Of course, after reading the title, there’s a plethora of additional context and circumstance necessary to blueprint my current dilemma.
Before 2020 was a concept in everyone’s mind, I wrote a forum thread detailing my concerns of staying in college at the time and my costly and inefficient life plan I had decided to take instead.
My brash, impulsive, and selfish decision has cost me great emotional and relational harm to my parents. As much as I didn’t want to provide any sense of validation to the naysayers I’d discuss this matter with at the time, my inability to view it in the lens of good faith advice caused me to dig my heels in further than what any reasonable young adult would and should have done.
During the time I was living with this person, from January of 2020 to January of 2023, I enrolled in and graduated from one of the top culinary schools in the nation. However, due to abusive domestic circumstances and led me to flee the home and seek out a restraining order, I have again reached another point of stagnation and failure to launch.
I couldn’t hold any restaurant jobs for longer than two months, and I’ve since soured on pursing another restaurant gig since May of 2022, or any job for that matter.

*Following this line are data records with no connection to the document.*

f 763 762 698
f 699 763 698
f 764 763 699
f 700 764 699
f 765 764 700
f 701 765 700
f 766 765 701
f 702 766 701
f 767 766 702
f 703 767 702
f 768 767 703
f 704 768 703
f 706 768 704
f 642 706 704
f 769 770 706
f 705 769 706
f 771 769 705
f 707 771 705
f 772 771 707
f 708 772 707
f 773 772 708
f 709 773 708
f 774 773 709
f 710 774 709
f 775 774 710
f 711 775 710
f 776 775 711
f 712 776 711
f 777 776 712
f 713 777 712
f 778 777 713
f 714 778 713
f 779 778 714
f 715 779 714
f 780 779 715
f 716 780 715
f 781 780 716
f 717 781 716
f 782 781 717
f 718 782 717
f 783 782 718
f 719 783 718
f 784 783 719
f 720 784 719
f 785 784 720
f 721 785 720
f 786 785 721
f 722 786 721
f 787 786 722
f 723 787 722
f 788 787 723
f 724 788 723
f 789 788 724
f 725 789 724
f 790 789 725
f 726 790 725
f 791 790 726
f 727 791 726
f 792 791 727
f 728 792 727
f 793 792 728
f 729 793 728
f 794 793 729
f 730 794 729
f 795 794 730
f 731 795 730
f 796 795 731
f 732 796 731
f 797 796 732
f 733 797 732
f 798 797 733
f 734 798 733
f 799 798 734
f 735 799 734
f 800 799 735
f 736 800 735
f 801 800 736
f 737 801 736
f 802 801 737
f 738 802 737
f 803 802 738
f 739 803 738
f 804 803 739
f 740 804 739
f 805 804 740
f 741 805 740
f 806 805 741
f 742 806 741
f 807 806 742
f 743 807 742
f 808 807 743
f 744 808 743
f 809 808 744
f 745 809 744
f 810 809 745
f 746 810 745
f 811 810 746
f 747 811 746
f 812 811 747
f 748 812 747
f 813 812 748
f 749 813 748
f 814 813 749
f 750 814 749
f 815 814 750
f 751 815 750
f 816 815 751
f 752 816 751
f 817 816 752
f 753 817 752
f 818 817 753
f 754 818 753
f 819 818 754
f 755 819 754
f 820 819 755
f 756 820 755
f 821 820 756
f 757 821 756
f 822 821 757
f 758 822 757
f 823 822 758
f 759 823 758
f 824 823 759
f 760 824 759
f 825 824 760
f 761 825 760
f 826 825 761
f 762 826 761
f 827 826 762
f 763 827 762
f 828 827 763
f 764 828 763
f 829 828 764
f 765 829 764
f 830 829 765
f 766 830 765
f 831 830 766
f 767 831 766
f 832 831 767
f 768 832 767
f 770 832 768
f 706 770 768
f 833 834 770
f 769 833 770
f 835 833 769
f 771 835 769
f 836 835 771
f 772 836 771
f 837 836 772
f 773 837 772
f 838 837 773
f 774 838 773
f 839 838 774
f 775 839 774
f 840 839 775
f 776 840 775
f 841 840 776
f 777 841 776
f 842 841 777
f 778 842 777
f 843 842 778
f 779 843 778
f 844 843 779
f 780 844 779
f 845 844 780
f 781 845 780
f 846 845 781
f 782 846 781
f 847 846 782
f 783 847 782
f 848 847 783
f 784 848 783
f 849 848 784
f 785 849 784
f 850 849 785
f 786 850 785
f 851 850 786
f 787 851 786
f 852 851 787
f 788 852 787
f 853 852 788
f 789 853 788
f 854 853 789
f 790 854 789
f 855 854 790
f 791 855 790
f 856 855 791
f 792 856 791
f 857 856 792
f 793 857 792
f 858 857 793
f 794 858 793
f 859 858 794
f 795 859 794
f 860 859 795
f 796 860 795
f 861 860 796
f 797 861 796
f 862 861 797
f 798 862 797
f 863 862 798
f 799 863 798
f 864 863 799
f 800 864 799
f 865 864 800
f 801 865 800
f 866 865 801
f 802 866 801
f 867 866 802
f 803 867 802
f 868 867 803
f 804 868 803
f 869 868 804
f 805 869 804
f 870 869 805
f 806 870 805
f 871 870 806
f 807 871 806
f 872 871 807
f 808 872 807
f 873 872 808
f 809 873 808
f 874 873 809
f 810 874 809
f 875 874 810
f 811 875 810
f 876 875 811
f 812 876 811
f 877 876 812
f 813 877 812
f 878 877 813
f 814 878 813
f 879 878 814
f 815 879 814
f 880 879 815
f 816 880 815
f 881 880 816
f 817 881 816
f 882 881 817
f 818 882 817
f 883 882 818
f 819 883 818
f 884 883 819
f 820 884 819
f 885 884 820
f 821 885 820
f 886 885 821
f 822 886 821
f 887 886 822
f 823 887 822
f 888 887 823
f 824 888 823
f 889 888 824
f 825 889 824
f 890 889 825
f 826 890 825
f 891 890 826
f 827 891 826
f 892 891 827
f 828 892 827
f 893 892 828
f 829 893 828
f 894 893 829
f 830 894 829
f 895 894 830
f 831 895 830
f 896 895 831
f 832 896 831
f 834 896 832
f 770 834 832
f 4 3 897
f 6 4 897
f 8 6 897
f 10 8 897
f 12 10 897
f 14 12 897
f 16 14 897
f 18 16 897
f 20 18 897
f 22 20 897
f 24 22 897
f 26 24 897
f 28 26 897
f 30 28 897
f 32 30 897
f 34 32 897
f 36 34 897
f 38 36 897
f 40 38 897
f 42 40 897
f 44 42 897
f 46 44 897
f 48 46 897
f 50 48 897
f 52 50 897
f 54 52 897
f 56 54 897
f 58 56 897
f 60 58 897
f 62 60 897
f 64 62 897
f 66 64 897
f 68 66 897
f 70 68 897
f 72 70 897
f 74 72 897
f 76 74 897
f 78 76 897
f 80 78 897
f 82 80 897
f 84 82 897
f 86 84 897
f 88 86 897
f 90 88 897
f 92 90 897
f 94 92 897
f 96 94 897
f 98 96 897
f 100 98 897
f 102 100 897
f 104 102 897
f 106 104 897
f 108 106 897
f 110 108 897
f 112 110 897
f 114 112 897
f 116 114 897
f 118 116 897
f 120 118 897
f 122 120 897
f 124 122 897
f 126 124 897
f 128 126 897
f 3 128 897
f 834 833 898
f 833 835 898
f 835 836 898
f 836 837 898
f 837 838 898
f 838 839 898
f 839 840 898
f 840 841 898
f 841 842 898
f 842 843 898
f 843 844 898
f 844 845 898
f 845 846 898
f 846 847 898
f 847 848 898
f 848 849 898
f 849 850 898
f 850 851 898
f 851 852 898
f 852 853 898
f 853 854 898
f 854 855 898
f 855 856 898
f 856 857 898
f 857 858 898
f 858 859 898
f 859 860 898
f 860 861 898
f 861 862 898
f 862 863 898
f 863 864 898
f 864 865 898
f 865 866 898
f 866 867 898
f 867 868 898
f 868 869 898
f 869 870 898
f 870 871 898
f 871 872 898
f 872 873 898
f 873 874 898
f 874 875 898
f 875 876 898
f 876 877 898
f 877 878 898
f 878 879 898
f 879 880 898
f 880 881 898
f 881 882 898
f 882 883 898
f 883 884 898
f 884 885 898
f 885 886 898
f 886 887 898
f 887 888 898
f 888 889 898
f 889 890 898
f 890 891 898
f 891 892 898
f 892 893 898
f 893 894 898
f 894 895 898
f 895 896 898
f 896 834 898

My fear of immense financial and time commitment has caused me to wander aimlessly through life, piggybacking off of either my current partner or my parents who have grown justifyingly impatient and outraged.
I now wake up every morning with a burdensome sentiment of guilt and regret, questioning whether I am even deserving of any past or present charity and to some extent, if I am deserving of living as an adult at all. To this day, I struggle to move forward because of this damage I put on my family and my fear in inflicting further harm paradoxically making it grow even worse, as my parents have paid for my rent every month since I moved out of my hometown.
Still, some of the sentiments I laid out in my original post I do somewhat resonate with today. At 18, I legitimately didn’t feel emotionally mature enough to make such a major life decision of attending an expensive college to the scale of tens of thousands per year, and my career aspirations are still quite fickle. Although my intellectual capabilities were/are more than sufficient for success in higher education, my mental challenges of living with Autism Spectrum Disorder and ADHD, along with other psychiatric diagnoses, handicap me from aiming for any life purpose greater than what is immediately in front of me.
With all that laid out, a few complicated questions persist pertaining to moving forward that I have no direction in answering by myself.
1: How can I forgive myself for the mistakes I made in the past to myself and my family?
2: What would be my most realistic options be if I wished to pursue higher education again?
3: What are some key takeaways I can hold on to so I don’t repeat the same logical traps I walked into previously?
For reference, I’m currently living in Brooklyn, New York and I have both applied to non-college youth job programs in Digital Marketing and Finance Operations and have been seeking vocational rehab since November of last year with a state-sponsored program.